3. Per-layer state on `MediaHeader` (already in v2 via `stream_id`).
4. SFU `ReceiverState` and selection logic (T5.6).
5. Per-layer keyframe cache (extension of PRD #5).
6. Per-layer PLI plumbing.
7. Telemetry: `wzp_room_layer_distribution{stream_id}` histogram.
## Acceptance criteria
- 3-encoder uplink works on M1 within 8 % CPU at 1080p30 / 540p30 / 270p15.
- 4-peer room with shaped links (5 Mbps, 1 Mbps, 500 kbps, 100 kbps): each peer receives the highest layer their link supports.
- Layer switch under improving link conditions occurs within 5 s of bandwidth recovery.

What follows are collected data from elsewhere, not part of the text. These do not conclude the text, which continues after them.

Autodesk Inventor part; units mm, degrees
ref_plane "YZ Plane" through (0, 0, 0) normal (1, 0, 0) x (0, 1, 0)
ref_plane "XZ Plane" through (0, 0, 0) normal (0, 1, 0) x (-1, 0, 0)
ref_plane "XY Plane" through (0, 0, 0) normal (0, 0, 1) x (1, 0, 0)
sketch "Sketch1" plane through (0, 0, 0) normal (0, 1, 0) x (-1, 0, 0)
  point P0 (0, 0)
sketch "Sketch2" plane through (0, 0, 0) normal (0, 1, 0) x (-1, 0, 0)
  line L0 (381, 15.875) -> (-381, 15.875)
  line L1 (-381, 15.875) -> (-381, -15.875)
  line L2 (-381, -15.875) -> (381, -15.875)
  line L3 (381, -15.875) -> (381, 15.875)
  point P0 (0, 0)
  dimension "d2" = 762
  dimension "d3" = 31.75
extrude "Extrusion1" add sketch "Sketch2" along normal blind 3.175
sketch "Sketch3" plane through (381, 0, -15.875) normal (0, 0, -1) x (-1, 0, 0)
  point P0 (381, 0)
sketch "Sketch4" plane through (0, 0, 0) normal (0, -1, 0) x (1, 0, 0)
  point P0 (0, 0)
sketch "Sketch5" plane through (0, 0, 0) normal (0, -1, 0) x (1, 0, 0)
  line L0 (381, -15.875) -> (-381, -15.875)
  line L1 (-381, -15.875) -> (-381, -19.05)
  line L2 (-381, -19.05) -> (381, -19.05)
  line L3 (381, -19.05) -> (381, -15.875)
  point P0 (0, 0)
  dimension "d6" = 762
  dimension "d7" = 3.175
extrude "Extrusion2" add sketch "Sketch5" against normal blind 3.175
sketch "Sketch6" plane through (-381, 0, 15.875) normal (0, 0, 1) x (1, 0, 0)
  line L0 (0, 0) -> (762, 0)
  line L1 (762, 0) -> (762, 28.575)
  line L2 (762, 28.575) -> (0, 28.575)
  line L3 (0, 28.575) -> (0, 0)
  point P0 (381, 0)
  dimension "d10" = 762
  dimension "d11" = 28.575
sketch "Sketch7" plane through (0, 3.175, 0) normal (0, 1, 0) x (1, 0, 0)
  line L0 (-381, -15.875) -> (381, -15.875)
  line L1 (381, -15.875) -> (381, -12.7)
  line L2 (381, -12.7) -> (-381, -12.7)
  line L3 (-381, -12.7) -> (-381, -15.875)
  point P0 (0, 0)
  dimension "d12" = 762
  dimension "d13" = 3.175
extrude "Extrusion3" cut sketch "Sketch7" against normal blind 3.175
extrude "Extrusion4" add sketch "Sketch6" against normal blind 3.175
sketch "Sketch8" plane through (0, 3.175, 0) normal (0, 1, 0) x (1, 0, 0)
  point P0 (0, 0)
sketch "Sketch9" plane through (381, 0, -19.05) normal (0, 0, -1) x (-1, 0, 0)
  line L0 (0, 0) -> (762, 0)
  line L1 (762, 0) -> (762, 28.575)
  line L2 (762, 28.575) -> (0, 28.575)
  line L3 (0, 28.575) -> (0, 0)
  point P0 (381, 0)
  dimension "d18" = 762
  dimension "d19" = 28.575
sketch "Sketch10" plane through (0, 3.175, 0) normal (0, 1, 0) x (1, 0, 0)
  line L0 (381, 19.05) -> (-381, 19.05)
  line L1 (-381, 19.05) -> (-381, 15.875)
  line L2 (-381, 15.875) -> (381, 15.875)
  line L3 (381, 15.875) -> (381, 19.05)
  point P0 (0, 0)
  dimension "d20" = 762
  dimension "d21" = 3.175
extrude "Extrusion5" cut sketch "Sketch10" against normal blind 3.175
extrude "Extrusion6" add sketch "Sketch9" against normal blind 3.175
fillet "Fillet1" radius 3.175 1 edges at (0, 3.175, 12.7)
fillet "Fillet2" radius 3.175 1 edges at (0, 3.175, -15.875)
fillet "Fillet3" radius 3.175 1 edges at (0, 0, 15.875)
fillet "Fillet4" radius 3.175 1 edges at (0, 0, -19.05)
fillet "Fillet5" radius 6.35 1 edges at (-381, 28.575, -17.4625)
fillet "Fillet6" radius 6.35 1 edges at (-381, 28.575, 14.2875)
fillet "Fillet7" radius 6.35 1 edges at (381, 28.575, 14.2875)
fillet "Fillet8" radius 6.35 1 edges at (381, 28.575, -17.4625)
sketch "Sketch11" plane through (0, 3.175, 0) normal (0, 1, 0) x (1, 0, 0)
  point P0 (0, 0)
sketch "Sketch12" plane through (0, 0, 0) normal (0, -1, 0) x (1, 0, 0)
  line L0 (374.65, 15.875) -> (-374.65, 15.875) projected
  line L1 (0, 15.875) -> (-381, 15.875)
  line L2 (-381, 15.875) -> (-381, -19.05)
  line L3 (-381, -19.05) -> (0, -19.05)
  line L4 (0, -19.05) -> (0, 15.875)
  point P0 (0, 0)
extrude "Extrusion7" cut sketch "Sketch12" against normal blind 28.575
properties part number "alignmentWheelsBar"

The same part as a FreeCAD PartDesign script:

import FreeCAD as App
import Part
import Sketcher
from FreeCAD import Vector
Q = App.Units.Quantity


def edges_at(feature, points):
    """Names of the edges that pass closest to the given points."""
    edges = feature.Shape.Edges
    near = lambda p: min(range(len(edges)), key=lambda i: edges[i].distToShape(Part.Vertex(*p))[0])
    return sorted({f"Edge{near(p) + 1}" for p in points})

doc = App.newDocument("Part")
body = doc.addObject("PartDesign::Body", "Body")

# Sketch on XZ plane
sketch1 = doc.addObject("Sketcher::SketchObject", "Sketch")
body.addObject(sketch1)
sketch1.AttachmentSupport = (doc.XZ_Plane, [""])
sketch1.MapMode = "FlatFace"
sketch1.addGeometry(Part.LineSegment(Vector(-381, -15.875, 0), Vector(-381, 15.875, 0)), False)
sketch1.addGeometry(Part.LineSegment(Vector(-381, 15.875, 0), Vector(381, 15.875, 0)), False)
sketch1.addGeometry(Part.LineSegment(Vector(381, 15.875, 0), Vector(381, -15.875, 0)), False)
sketch1.addGeometry(Part.LineSegment(Vector(381, -15.875, 0), Vector(-381, -15.875, 0)), False)
sketch1.addConstraint(Sketcher.Constraint("Coincident", 0, 2, 1, 1))
sketch1.addConstraint(Sketcher.Constraint("Coincident", 1, 2, 2, 1))
sketch1.addConstraint(Sketcher.Constraint("Coincident", 2, 2, 3, 1))
sketch1.addConstraint(Sketcher.Constraint("Coincident", 3, 2, 0, 1))
sketch1.addConstraint(Sketcher.Constraint("Vertical", 0))
sketch1.addConstraint(Sketcher.Constraint("Horizontal", 1))
sketch1.addConstraint(Sketcher.Constraint("Vertical", 2))
sketch1.addConstraint(Sketcher.Constraint("Horizontal", 3))
sketch1.addConstraint(Sketcher.Constraint("Symmetric", 0, 2, 2, 2, -1, 1))
sketch1.addConstraint(Sketcher.Constraint("DistanceX", 1, 1, 1, 2, Q("30 in")))
sketch1.addConstraint(Sketcher.Constraint("DistanceY", 0, 1, 0, 2, Q("1.25 in")))
pad1 = doc.addObject("PartDesign::Pad", "Pad")
body.addObject(pad1)
pad1.Profile = sketch1
pad1.Length = Q("0.125 in")
pad1.Reversed = True

# Sketch on XZ plane
sketch2 = doc.addObject("Sketcher::SketchObject", "Sketch001")
body.addObject(sketch2)
sketch2.AttachmentSupport = (doc.XZ_Plane, [""])
sketch2.MapMode = "FlatFace"
sketch2.addGeometry(Part.LineSegment(Vector(381, -19.05, 0), Vector(381, -15.875, 0)), False)
sketch2.addGeometry(Part.LineSegment(Vector(381, -15.875, 0), Vector(-381, -15.875, 0)), False)
sketch2.addGeometry(Part.LineSegment(Vector(-381, -15.875, 0), Vector(-381, -19.05, 0)), False)
sketch2.addGeometry(Part.LineSegment(Vector(-381, -19.05, 0), Vector(381, -19.05, 0)), False)
sketch2.addConstraint(Sketcher.Constraint("Coincident", 0, 2, 1, 1))
sketch2.addConstraint(Sketcher.Constraint("Coincident", 1, 2, 2, 1))
sketch2.addConstraint(Sketcher.Constraint("Coincident", 2, 2, 3, 1))
sketch2.addConstraint(Sketcher.Constraint("Coincident", 3, 2, 0, 1))
sketch2.addConstraint(Sketcher.Constraint("Vertical", 0))
sketch2.addConstraint(Sketcher.Constraint("Horizontal", 1))
sketch2.addConstraint(Sketcher.Constraint("Vertical", 2))
sketch2.addConstraint(Sketcher.Constraint("Horizontal", 3))
sketch2.addConstraint(Sketcher.Constraint("DistanceX", 1, 2, 1, 1, Q("30 in")))
sketch2.addConstraint(Sketcher.Constraint("DistanceY", 0, 1, 0, 2, Q("0.125 in")))
sketch2.addConstraint(Sketcher.Constraint("DistanceX", -1, 1, 0, 2, Q("15 in")))
sketch2.addConstraint(Sketcher.Constraint("DistanceY", 2, 2, -1, 1, Q("0.75 in")))
pad2 = doc.addObject("PartDesign::Pad", "Pad001")
body.addObject(pad2)
pad2.Profile = sketch2
pad2.Length = Q("0.125 in")
pad2.Reversed = True

# Sketch on XZ plane
sketch3 = doc.addObject("Sketcher::SketchObject", "Sketch002")
body.addObject(sketch3)
sketch3.AttachmentSupport = (doc.XZ_Plane, [""])
sketch3.MapMode = "FlatFace"
sketch3.AttachmentOffset = App.Placement(Vector(0, 0, -0.125 * 25.4), App.Rotation())
sketch3.addGeometry(Part.LineSegment(Vector(-381, 12.7, 0), Vector(-381, 15.875, 0)), False)
sketch3.addGeometry(Part.LineSegment(Vector(-381, 15.875, 0), Vector(381, 15.875, 0)), False)
sketch3.addGeometry(Part.LineSegment(Vector(381, 15.875, 0), Vector(381, 12.7, 0)), False)
sketch3.addGeometry(Part.LineSegment(Vector(381, 12.7, 0), Vector(-381, 12.7, 0)), False)
sketch3.addConstraint(Sketcher.Constraint("Coincident", 0, 2, 1, 1))
sketch3.addConstraint(Sketcher.Constraint("Coincident", 1, 2, 2, 1))
sketch3.addConstraint(Sketcher.Constraint("Coincident", 2, 2, 3, 1))
sketch3.addConstraint(Sketcher.Constraint("Coincident", 3, 2, 0, 1))
sketch3.addConstraint(Sketcher.Constraint("Vertical", 0))
sketch3.addConstraint(Sketcher.Constraint("Horizontal", 1))
sketch3.addConstraint(Sketcher.Constraint("Vertical", 2))
sketch3.addConstraint(Sketcher.Constraint("Horizontal", 3))
sketch3.addConstraint(Sketcher.Constraint("DistanceX", 1, 1, 1, 2, Q("30 in")))
sketch3.addConstraint(Sketcher.Constraint("DistanceY", 0, 1, 0, 2, Q("0.125 in")))
sketch3.addConstraint(Sketcher.Constraint("DistanceX", 0, 2, -1, 1, Q("15 in")))
sketch3.addConstraint(Sketcher.Constraint("DistanceY", -1, 1, 2, 2, Q("0.5 in")))
pocket1 = doc.addObject("PartDesign::Pocket", "Pocket")
body.addObject(pocket1)
pocket1.Profile = sketch3
pocket1.Length = Q("0.125 in")
pocket1.Reversed = True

- No peer's bandwidth degradation holds back any other peer.
## Risks
- **3-encoder CPU cost on mid/low-end Android.** Mitigation: dynamic layer count — drop high layer if encoder queue grows; some devices may only support 2 layers.

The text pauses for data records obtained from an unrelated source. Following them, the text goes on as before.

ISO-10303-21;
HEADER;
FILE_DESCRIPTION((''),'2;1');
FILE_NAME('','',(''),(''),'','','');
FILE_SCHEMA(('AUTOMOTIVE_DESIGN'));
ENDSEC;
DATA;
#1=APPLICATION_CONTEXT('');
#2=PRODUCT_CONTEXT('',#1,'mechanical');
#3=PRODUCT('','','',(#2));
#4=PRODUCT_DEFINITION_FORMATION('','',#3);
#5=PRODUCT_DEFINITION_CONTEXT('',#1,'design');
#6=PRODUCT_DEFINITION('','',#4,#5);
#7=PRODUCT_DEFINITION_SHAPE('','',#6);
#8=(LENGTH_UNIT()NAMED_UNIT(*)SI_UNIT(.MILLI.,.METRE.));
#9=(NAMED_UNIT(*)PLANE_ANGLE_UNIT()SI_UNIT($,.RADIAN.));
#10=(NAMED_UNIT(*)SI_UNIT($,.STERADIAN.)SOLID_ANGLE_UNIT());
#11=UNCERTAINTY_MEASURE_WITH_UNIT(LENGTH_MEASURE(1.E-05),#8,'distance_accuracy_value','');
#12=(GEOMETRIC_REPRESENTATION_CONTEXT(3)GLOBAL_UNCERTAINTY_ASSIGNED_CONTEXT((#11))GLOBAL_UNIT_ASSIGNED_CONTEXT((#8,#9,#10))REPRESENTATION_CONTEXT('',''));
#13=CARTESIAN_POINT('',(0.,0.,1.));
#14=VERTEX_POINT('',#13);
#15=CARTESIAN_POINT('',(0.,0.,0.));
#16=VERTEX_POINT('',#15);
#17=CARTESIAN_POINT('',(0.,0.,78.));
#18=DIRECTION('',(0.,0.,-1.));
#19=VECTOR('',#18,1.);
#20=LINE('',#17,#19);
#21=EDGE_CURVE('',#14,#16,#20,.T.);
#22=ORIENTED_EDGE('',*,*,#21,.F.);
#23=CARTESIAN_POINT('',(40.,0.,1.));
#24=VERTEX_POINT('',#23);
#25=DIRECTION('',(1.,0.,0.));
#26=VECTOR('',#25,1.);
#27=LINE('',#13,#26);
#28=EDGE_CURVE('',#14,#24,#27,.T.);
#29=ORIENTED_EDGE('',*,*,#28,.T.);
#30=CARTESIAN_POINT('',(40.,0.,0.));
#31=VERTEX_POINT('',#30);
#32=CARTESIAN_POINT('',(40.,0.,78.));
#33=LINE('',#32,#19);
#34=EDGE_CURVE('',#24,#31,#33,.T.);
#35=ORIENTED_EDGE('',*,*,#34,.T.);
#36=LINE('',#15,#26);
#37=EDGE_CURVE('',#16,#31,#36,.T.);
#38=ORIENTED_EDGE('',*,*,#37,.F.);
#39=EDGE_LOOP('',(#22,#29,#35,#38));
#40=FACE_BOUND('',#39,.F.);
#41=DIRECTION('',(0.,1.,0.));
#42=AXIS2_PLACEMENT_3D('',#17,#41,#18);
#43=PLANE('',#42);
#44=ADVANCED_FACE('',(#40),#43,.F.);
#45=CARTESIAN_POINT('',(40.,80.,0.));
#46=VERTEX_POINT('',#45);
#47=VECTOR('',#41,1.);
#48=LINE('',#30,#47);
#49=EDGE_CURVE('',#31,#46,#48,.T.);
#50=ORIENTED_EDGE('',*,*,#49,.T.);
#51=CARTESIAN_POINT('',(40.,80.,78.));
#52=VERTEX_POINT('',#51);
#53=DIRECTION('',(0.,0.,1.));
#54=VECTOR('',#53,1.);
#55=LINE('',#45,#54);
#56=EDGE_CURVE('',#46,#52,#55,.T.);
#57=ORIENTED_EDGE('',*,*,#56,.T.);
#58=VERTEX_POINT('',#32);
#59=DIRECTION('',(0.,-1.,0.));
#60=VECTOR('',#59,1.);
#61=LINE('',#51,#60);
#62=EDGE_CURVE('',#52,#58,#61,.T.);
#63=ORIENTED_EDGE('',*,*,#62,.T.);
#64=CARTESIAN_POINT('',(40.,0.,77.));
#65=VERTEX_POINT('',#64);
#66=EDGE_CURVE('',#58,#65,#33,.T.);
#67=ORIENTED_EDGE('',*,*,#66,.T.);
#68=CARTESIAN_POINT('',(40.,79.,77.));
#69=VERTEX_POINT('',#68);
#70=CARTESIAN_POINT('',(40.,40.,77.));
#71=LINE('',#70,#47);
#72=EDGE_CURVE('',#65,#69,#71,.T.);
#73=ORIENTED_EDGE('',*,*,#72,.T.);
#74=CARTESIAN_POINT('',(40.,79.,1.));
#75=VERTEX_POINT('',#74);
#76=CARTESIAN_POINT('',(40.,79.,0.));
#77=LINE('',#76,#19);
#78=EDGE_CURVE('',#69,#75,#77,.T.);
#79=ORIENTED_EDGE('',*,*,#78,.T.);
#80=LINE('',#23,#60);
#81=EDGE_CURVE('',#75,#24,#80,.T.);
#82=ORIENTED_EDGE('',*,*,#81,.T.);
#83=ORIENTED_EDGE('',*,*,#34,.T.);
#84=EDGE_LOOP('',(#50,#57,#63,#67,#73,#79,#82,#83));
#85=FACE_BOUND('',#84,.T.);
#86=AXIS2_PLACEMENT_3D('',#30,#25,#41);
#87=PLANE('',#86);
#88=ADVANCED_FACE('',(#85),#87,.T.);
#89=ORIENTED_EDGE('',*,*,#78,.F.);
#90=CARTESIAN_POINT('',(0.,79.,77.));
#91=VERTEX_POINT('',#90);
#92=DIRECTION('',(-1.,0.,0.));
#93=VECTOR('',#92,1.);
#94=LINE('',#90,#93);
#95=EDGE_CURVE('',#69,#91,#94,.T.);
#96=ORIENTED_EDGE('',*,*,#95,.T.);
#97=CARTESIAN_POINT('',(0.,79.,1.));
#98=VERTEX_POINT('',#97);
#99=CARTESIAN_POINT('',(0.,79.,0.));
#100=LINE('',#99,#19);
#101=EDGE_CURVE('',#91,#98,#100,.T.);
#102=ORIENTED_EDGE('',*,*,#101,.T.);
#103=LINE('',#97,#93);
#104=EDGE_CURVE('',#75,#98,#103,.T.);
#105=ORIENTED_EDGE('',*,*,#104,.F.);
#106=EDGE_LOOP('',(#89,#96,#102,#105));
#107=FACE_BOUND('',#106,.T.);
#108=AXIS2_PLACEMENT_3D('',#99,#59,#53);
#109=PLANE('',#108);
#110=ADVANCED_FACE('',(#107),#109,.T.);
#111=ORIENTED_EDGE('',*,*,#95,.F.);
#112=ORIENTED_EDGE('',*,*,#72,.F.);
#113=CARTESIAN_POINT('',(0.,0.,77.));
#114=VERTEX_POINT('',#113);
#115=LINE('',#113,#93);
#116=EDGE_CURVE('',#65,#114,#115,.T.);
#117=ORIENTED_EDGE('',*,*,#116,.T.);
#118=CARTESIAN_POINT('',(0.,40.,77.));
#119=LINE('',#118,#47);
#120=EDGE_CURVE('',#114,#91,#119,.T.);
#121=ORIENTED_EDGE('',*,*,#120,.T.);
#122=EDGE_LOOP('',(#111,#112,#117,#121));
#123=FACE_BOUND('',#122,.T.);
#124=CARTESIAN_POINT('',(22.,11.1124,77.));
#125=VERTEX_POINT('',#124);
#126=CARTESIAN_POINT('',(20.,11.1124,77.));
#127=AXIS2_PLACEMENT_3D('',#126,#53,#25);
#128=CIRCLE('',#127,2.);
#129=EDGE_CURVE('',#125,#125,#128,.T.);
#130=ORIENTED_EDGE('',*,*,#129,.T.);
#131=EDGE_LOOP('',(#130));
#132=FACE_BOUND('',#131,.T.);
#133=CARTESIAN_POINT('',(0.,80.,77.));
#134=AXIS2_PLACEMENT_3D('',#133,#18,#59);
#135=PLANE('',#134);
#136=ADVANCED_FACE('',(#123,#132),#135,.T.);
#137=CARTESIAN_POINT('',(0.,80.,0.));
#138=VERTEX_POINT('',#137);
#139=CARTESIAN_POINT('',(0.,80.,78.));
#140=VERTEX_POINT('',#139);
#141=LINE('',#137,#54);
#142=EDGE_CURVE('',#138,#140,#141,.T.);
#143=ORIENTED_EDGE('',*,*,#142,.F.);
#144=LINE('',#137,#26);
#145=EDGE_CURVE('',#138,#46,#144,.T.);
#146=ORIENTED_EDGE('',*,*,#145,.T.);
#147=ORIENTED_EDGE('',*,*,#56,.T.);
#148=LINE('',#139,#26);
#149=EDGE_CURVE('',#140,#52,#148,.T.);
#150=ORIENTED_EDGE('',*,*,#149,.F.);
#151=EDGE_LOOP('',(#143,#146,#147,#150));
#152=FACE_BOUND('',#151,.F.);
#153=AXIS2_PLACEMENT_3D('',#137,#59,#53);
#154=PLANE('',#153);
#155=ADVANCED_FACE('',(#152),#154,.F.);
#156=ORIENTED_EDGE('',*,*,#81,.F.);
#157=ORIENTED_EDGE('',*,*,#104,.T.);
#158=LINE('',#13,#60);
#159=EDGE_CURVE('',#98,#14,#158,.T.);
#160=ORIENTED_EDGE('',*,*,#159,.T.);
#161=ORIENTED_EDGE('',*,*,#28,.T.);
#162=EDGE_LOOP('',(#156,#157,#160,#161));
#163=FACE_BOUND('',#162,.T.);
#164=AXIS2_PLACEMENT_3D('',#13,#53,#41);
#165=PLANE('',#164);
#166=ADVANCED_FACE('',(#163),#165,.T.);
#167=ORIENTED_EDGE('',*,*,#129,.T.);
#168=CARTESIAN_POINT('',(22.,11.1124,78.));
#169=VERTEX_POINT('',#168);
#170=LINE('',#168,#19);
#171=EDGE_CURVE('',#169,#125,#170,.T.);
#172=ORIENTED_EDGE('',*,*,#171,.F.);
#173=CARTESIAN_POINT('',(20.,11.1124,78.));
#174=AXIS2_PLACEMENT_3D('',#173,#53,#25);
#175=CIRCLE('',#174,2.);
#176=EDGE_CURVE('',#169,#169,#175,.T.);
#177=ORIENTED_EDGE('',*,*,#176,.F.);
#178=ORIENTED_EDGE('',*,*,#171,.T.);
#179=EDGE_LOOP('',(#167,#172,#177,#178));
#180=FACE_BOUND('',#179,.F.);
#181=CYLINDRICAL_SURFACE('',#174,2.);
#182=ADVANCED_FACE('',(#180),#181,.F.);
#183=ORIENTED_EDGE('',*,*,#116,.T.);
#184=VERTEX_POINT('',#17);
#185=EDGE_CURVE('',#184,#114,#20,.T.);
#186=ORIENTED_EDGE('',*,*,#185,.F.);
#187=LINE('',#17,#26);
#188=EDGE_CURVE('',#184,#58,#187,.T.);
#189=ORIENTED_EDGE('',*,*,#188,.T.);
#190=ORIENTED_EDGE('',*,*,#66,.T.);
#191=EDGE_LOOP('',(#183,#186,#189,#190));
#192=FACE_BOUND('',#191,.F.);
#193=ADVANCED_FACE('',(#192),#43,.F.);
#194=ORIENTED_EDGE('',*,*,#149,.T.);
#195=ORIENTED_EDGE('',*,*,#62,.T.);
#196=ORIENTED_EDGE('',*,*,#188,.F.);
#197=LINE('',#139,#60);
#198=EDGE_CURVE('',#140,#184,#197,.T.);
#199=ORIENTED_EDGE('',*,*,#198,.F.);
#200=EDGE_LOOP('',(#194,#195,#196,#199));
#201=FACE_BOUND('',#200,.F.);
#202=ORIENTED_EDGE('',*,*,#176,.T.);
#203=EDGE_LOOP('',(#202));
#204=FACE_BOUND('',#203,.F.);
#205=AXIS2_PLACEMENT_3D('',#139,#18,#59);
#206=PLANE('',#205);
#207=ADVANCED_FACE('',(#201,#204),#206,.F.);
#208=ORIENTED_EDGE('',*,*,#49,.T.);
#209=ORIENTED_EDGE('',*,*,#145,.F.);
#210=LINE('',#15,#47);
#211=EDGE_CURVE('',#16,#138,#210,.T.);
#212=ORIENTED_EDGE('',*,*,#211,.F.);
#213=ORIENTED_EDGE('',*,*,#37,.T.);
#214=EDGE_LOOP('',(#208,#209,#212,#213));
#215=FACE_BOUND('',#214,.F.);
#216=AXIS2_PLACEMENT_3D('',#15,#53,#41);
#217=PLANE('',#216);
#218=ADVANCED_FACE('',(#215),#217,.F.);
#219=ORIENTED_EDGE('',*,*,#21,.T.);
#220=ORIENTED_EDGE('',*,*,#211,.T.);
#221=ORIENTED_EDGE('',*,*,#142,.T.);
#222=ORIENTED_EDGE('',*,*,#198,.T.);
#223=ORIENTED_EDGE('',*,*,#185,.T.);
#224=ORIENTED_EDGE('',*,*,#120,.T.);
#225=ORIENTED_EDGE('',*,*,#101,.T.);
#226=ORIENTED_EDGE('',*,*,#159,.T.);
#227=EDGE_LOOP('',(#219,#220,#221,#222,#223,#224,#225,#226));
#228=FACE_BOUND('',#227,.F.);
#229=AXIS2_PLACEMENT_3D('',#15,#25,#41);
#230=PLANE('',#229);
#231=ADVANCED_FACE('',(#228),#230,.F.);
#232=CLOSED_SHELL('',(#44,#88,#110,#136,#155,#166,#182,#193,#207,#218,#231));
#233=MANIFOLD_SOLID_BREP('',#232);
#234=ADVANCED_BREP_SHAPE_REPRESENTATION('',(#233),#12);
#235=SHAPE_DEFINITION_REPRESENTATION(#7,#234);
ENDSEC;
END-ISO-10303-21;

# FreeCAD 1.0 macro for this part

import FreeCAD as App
import Part
import Sketcher

V = App.Vector


def faces_at(feature, points):
    """Names of the faces that lie closest to the given points."""
    faces = feature.Shape.Faces
    near = lambda p: min(range(len(faces)), key=lambda i: faces[i].distToShape(Part.Vertex(*p))[0])
    return sorted({f"Face{near(p) + 1}" for p in points})


def add_polygon(sketch, points):
    """Adds a closed chain of lines whose ends are joined by coincident constraints."""
    first, n = sketch.GeometryCount, len(points)
    for a, b in zip(points, points[1:] + points[:1]):
        sketch.addGeometry(Part.LineSegment(App.Vector(*a, 0), App.Vector(*b, 0)), False)
    for i in range(n):
        sketch.addConstraint(Sketcher.Constraint("Coincident", first + i, 2, first + (i + 1) % n, 1))

doc = App.newDocument("Part")
body = doc.addObject("PartDesign::Body", "Body")

# Sketch on YZ plane
sketch1 = body.newObject("Sketcher::SketchObject", "Sketch")
sketch1.AttachmentSupport = (doc.getObject("YZ_Plane"), [""])
sketch1.MapMode = "FlatFace"
add_polygon(sketch1, [(0, 78), (0, 0), (80, 0), (80, 78)])  # lines 0-3
sketch1.addConstraint(Sketcher.Constraint("Vertical", 0))
sketch1.addConstraint(Sketcher.Constraint("Horizontal", 1))
sketch1.addConstraint(Sketcher.Constraint("Vertical", 2))
sketch1.addConstraint(Sketcher.Constraint("Horizontal", 3))
sketch1.addConstraint(Sketcher.Constraint("Coincident", 0, 2, -1, 1))
sketch1.addConstraint(Sketcher.Constraint("DistanceX", 1, 1, 1, 2, 80.0))
sketch1.addConstraint(Sketcher.Constraint("DistanceY", 0, 2, 0, 1, 78.0))
pad1 = body.newObject("PartDesign::Pad", "Pad")
pad1.Profile = sketch1
pad1.Length = 40
doc.recompute()

thickness = body.newObject("PartDesign::Thickness", "Thickness")
thickness.Base = (pad1, faces_at(pad1, [(13.333, 0, 52), (0, 26.667, 52), (40, 26.667, 52)]))
thickness.Value = 1
thickness.Reversed = True
thickness.Join = "Intersection"

# Sketch on XY plane
sketch2 = body.newObject("Sketcher::SketchObject", "Sketch001")
sketch2.AttachmentSupport = (doc.getObject("XY_Plane"), [""])
sketch2.MapMode = "FlatFace"
sketch2.AttachmentOffset = App.Placement(V(0, 0, 78), App.Rotation())
sketch2.addGeometry(Part.Circle(V(20, 11.1, 0), V(0, 0, 1), 2), False)
sketch2.addConstraint(Sketcher.Constraint("Diameter", 0, 4.0))
sketch2.addConstraint(Sketcher.Constraint("DistanceX", -1, 1, 0, 3, 20.0))
sketch2.addConstraint(Sketcher.Constraint("DistanceY", -1, 1, 0, 3, 11.1124))
pocket1 = body.newObject("PartDesign::Pocket", "Pocket")
pocket1.Profile = sketch2
pocket1.Length = 1

doc.recompute()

- **Frame-rate drift between layers** (independent encoders running). Mitigation: shared frame clock; low/mid layers drop frames if needed to stay aligned.
- **SFU per-receiver state bloat.** Mitigation: only allocate state for active receivers; 80 B/receiver/sender bound.
- **Layer switch causing brief visible flicker.** Mitigation: switch only at keyframes; UI may show momentary resolution change but no glitch.
## Effort
~7 engineer-days (Wave 5 tasks T5.5 + T5.6).